670.On the submission of responding exporters/producers from Indonesia regarding use of “rubberwood waste/residue from private plantations”, the Authority notes that the exporter has not provided sufficient information in the form of consumption record that entirety of its purchase is from private plantations and entirety of its production is from rubberwood waste/residue. In this regard, it is noted that even if the procurement were from private parties, the series of measures taken by GOI is such that they amount to directing / entrusting private parties to provide logs/ wood at less than adequate remuneration.
671.With regards to contention made by responding exporters/producers from Indonesia regarding procurement of land under Program No. 11, it is noted that the Authority has already recorded in the finding above that the benefit received on procurement of land for plantation under Program No. 11 is already subsumed in program no 1 & 2.
672.With regard to the claim of non-adherence to the principle of natural justice, the Authority notes that due process has been followed and all the interested parties were given ample opportunities at every stage of the investigation to submit the requisite information and defend their rights and interests. The Authority notes that two oral hearings were held and two disclosure statements issued by the Designated Authority in the present investigation. . The exporters were issued even another questionnaire after issuance of first disclosure statement to provide additional relevant information and the same has been duly considered in the present determination. It is further noted that the information regarding addition of new schemes was available to interested parties from the stage of written submissions after the 1st oral hearing. However, none of the interested parties chose to respond to the allegation regarding availment of the said schemes. Interested parties got the opportunity to present their views on the same in the 2nd Oral hearing as well.
673.The Authority has relied upon the actual information of the responding producers/exporters to the extent necessary and disclosed the same in the disclosure statement.. The Authority has clearly specified all the relevant information and basis in the disclosure statement and the interested parties had enough opportunity to comment on the same.
674.The interested parties also contended that additional questionnaires should have been provided to submit responses on the new schemes. The Authority, in this regard, notes that the original questionnaire issued to the interested parties itself specifically contained a detailed annexure with respect to ‗other subsidy schemes‘ and it was also instructed that even if some of the programs are not listed by the applicant but are existing in the subject country, the responding party should respond fully to the questions in respect of them.
675.The Authority notes in this regard that the interested parties had obligation to bring on record, on their own, relevant information with regard to these schemes/programs. It is not appropriate on the part of the interested parties to withhold relevant information themselves by not commenting on the submissions made by the domestic industry. and then allege non-adherence of due process.
676.Nonetheless, the authority provided further opportunity to respond to each program even if some of them were not listed by the applicant and sent additional questionnaire with relevant Annexure as per the requests of interested parties to provide requisite information.

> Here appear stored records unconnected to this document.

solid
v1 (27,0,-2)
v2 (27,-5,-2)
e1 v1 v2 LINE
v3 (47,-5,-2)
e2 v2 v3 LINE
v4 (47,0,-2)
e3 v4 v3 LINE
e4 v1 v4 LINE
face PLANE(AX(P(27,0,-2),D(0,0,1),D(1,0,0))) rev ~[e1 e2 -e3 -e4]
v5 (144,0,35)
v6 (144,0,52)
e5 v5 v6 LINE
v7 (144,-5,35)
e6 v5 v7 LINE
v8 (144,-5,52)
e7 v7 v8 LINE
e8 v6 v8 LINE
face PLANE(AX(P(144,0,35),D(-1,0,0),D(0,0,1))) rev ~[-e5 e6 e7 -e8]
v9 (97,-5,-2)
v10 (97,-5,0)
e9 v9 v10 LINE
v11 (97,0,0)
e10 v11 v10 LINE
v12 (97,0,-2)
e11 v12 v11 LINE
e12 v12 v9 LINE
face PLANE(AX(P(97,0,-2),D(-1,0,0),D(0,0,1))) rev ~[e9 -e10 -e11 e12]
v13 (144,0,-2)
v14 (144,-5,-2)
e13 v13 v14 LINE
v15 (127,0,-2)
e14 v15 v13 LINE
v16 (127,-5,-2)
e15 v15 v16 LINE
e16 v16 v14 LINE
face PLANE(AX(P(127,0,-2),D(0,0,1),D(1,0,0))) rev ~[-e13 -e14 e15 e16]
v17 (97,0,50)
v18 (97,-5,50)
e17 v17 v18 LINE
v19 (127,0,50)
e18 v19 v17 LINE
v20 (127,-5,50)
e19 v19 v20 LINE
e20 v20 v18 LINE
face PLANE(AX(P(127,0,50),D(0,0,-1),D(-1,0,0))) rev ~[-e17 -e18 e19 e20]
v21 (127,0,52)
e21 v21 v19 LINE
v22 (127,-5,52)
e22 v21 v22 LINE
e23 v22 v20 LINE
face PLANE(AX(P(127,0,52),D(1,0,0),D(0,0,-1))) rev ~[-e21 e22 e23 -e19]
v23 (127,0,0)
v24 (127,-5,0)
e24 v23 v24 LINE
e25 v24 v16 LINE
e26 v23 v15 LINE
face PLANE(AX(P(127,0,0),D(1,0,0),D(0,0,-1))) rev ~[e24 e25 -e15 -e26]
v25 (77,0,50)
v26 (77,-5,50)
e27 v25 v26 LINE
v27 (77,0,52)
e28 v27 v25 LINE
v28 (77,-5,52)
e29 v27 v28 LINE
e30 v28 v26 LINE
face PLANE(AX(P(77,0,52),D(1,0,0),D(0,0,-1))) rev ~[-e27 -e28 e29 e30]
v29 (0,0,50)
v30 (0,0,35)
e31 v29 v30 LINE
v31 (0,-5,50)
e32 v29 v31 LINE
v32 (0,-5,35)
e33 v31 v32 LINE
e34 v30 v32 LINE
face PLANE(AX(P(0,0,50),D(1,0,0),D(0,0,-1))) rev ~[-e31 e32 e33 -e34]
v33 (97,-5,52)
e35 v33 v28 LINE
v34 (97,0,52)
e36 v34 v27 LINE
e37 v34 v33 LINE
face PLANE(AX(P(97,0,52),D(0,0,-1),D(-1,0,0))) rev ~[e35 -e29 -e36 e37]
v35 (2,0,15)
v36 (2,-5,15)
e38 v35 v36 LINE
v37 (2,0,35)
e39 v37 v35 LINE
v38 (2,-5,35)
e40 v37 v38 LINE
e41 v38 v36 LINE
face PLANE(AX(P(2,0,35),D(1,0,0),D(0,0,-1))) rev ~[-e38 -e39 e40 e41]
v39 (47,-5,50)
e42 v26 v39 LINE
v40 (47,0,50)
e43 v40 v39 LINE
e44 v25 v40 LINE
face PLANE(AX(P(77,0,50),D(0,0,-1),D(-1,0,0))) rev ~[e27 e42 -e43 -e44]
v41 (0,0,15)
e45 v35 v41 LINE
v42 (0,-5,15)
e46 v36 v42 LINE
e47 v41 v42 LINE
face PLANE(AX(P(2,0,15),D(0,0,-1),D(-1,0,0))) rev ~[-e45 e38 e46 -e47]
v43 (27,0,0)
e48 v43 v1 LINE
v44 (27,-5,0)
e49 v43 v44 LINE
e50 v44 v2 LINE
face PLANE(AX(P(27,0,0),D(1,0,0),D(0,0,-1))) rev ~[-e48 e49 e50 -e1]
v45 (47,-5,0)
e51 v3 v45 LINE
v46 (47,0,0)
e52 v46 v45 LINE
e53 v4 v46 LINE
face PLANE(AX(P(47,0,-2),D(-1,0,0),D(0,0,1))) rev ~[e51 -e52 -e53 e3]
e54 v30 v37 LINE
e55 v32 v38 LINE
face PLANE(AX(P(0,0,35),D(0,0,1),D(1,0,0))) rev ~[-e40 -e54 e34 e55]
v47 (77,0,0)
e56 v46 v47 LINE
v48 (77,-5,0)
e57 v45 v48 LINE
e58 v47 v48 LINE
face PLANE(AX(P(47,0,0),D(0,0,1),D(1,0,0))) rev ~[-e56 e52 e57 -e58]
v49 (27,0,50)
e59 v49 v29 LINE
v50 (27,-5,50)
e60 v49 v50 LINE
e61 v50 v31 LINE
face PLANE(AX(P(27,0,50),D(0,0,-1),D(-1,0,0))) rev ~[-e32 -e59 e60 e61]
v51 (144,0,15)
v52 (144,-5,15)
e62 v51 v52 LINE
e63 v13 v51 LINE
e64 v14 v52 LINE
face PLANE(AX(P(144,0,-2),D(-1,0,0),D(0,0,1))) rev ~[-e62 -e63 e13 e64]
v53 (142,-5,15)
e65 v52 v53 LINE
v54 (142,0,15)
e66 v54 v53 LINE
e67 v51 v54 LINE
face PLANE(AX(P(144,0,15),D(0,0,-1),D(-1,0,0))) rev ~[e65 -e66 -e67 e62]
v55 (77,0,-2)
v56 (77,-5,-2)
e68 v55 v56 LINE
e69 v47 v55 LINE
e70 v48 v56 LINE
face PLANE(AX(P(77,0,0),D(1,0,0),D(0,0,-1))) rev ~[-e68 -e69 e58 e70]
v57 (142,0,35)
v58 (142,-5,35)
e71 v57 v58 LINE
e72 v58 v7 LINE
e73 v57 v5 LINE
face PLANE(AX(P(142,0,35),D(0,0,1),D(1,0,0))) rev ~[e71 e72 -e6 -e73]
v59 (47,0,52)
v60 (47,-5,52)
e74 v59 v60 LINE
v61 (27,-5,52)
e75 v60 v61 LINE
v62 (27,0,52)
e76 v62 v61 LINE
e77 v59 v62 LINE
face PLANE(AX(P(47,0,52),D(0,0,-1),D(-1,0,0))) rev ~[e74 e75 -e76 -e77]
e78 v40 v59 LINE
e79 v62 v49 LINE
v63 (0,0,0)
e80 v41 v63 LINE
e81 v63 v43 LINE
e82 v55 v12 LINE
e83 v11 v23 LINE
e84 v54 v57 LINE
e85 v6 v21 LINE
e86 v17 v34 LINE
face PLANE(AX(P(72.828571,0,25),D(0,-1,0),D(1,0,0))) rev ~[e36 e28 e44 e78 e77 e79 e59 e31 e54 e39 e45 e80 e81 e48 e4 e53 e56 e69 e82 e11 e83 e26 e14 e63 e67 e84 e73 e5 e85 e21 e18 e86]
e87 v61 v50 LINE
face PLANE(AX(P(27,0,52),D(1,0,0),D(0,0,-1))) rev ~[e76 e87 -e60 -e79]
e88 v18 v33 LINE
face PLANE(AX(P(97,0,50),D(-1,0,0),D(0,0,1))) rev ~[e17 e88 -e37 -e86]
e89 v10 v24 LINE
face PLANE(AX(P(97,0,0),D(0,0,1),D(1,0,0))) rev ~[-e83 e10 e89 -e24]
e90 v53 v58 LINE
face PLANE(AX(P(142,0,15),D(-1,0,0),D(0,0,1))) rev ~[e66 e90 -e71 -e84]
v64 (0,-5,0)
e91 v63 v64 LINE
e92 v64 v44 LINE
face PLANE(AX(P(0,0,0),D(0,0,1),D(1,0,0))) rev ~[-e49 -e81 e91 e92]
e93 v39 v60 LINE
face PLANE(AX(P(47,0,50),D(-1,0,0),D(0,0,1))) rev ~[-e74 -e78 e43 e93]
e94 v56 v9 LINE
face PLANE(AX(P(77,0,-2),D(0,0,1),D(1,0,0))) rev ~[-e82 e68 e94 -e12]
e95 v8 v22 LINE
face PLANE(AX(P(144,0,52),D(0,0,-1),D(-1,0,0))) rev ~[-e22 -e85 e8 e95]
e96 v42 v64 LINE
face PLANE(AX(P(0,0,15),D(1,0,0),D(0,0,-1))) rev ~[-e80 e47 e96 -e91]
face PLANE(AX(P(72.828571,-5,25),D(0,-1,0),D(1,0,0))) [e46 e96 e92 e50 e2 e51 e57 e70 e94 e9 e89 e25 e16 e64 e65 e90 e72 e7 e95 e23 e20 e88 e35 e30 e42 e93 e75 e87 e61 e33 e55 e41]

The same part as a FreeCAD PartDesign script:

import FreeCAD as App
import Part
import Sketcher
from FreeCAD import Vector


def add_polygon(sketch, points):
    """Adds a closed chain of lines whose ends are joined by coincident constraints."""
    first, n = sketch.GeometryCount, len(points)
    for a, b in zip(points, points[1:] + points[:1]):
        sketch.addGeometry(Part.LineSegment(App.Vector(*a, 0), App.Vector(*b, 0)), False)
    for i in range(n):
        sketch.addConstraint(Sketcher.Constraint("Coincident", first + i, 2, first + (i + 1) % n, 1))

doc = App.newDocument("Part")
body = doc.addObject("PartDesign::Body", "Body")

# Sketch on XZ plane
sketch1 = doc.addObject("Sketcher::SketchObject", "Sketch")
body.addObject(sketch1)
sketch1.AttachmentSupport = (doc.XZ_Plane, [""])
sketch1.MapMode = "FlatFace"
add_polygon(sketch1, [(0, 15), (0, 0), (27, 0), (27, -2), (47, -2), (47, 0), (77, 0), (77, -2), (97, -2), (97, 0), (127, 0), (127, -2), (144, -2), (144, 15), (142, 15), (142, 35), (144, 35), (144, 52), (127, 52), (127, 50), (97, 50), (97, 52), (77, 52), (77, 50), (47, 50), (47, 52), (27, 52), (27, 50), (0, 50), (0, 35), (2, 35), (2, 15)])  # lines 0-31
sketch1.addConstraint([
    Sketcher.Constraint("Vertical", 0),
    Sketcher.Constraint("Horizontal", 1),
    Sketcher.Constraint("Vertical", 2),
    Sketcher.Constraint("Horizontal", 3),
    Sketcher.Constraint("Vertical", 4),
    Sketcher.Constraint("Horizontal", 5),
    Sketcher.Constraint("Vertical", 6),
    Sketcher.Constraint("Horizontal", 7),
    Sketcher.Constraint("Vertical", 8),
    Sketcher.Constraint("Horizontal", 9),
    Sketcher.Constraint("Vertical", 10),
    Sketcher.Constraint("Horizontal", 11),
    Sketcher.Constraint("Vertical", 12),
    Sketcher.Constraint("Horizontal", 13),
    Sketcher.Constraint("Vertical", 14),
    Sketcher.Constraint("Horizontal", 15),
    Sketcher.Constraint("Vertical", 16),
    Sketcher.Constraint("Horizontal", 17),
    Sketcher.Constraint("Vertical", 18),
    Sketcher.Constraint("Horizontal", 19),
    Sketcher.Constraint("Vertical", 20),
    Sketcher.Constraint("Horizontal", 21),
    Sketcher.Constraint("Vertical", 22),
    Sketcher.Constraint("Horizontal", 23),
    Sketcher.Constraint("Vertical", 24),
    Sketcher.Constraint("Horizontal", 25),
    Sketcher.Constraint("Vertical", 26),
    Sketcher.Constraint("Horizontal", 27),
    Sketcher.Constraint("Vertical", 28),
    Sketcher.Constraint("Horizontal", 29),
    Sketcher.Constraint("Vertical", 30),
    Sketcher.Constraint("Horizontal", 31),
    Sketcher.Constraint("Coincident", 0, 2, -1, 1),
    Sketcher.Constraint("PointOnObject", 4, 2, -1),
    Sketcher.Constraint("PointOnObject", 8, 2, -1),
    Sketcher.Constraint("PointOnObject", 27, 2, -2),
    Sketcher.Constraint("Horizontal", 3, 2, 6, 2),
    Sketcher.Constraint("Horizontal", 7, 2, 10, 2),
    Sketcher.Constraint("Horizontal", 17, 2, 20, 2),
    Sketcher.Constraint("Horizontal", 19, 2, 22, 2),
    Sketcher.Constraint("Horizontal", 21, 2, 24, 2),
    Sketcher.Constraint("Horizontal", 23, 2, 26, 2),
    Sketcher.Constraint("Horizontal", 15, 2, 28, 2),
    Sketcher.Constraint("Horizontal", 13, 2, 30, 2),
    Sketcher.Constraint("Vertical", 12, 2, 15, 2),
    Sketcher.Constraint("Vertical", 10, 2, 17, 2),
    Sketcher.Constraint("Vertical", 8, 2, 19, 2),
    Sketcher.Constraint("Vertical", 6, 2, 21, 2),
    Sketcher.Constraint("Vertical", 4, 2, 23, 2),
    Sketcher.Constraint("Vertical", 2, 2, 25, 2),
    Sketcher.Constraint("Equal", 3, 7),
    Sketcher.Constraint("Equal", 5, 9),
    Sketcher.Constraint("Equal", 15, 29),
    Sketcher.Constraint("Equal", 31, 2),
    Sketcher.Constraint("Equal", 17, 12),
    Sketcher.Constraint("Equal", 25, 14),
    Sketcher.Constraint("Equal", 12, 16),
    Sketcher.Constraint("Equal", 10, 18),
    Sketcher.Constraint("DistanceX", 1, 1, 1, 2, 27.0),
    Sketcher.Constraint("DistanceX", 3, 1, 3, 2, 20.0),
    Sketcher.Constraint("DistanceX", 5, 1, 5, 2, 30.0),
    Sketcher.Constraint("DistanceX", 11, 1, 11, 2, 17.0),
    Sketcher.Constraint("DistanceX", 13, 2, 13, 1, 2.0),
])
pad1 = doc.addObject("PartDesign::Pad", "Pad")
body.addObject(pad1)
pad1.Profile = sketch1
pad1.Length = 5

doc.recompute()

677.With regard to the submission by responding exporters/producers from Indonesia that they are using rubberwood waste/residue, the Authority notes that it has taken due cognizance of this fact and found it appropriate in such cases to consider the estimated price of the logs on the basis of the ratio of the prices of the waste/residue to the prices of fresh logs. . This was then compared with the benchmark adopted by the Authority, whereby the Authority found element of subsidy and hence the appropriate subsidy margin has been quantified. Wherever the exporters have used chip as a raw material, the Authority has used benchmark price of chip to have fair comparison.
678.With regards to contention of non-disclosure of calculation methodology, it is noted that the Authority has duly taken into consideration the type and form of wood utilized by a particular producer/exporter. The Authority notes that provision of wood at LTAR provides a benefit equal to the difference between the actual & benchmark price , whereby the actual cost of wood species and the consumption factor is adopted as provided by the responding exporters in their questionnaire response to quantify the subsidy margin.
679.With regard to the issue raised in respect of the country wise price underselling/injury margin, it is noted that the same is already provided in the findings above.
680.With regard to the allegation that the Authority has proposed to determine a highly inflated and skewed subsidy duties for the respondents on the basis of certain illogical, illegal, and misconceived premise, the Authority notes that the CVD margins are based on calculations and facts established during the investigations. The subsidy margins arrived at are in fact much lower than the claims made by the domestic industry.
681.With regard to submission of responding exporters/producers from Indonesia that export ban / restriction cannot be regarded as a subsidy, the Authority notes that the Appellate Body in United States – Countervailing Duty Investigation on Dynamic Random Access Memory Semiconductors (DRAMS) from Korea stated that if government has a more active and affirmative role than mere intervention to create incentive or possibility of financial contribution, it can result in entrustment or direction and consequently grant of countervailable subsidy. It is thus seen that WTO Panel‘s view in US-Measures Treating Export Restraints as Subsidies is narrow, while Appellate Body view is more relevant and appropriate in the facts and circumstances of the present case.
682.As regards countervailability of price paid for factory land, it is noted that the exporter as well as government of Indonesia have not contended either countervailability or existence of benefit. The interested parties were already made aware of the subsidy in the form of concessional price for the land. It is only a variant of land utilised by the exporter. While responding to questionnaire, the exporters have not provided relevant information. The domestic industry had raised this concern in their post hearing written submissions. The exporters have not disclosed relevant information appropriately in regard to availment of this program at any stage despite having been given several opportunities. The Authority is thus constrained to record these findings on the basis of facts available.
683.With regard to the contention that coal is not made available to PLN at less than market value, it is noted that Govt. of Indonesia has admitted supplying coal to PLN. Further, consideration of the price with benchmark shows that a benefit has occurred.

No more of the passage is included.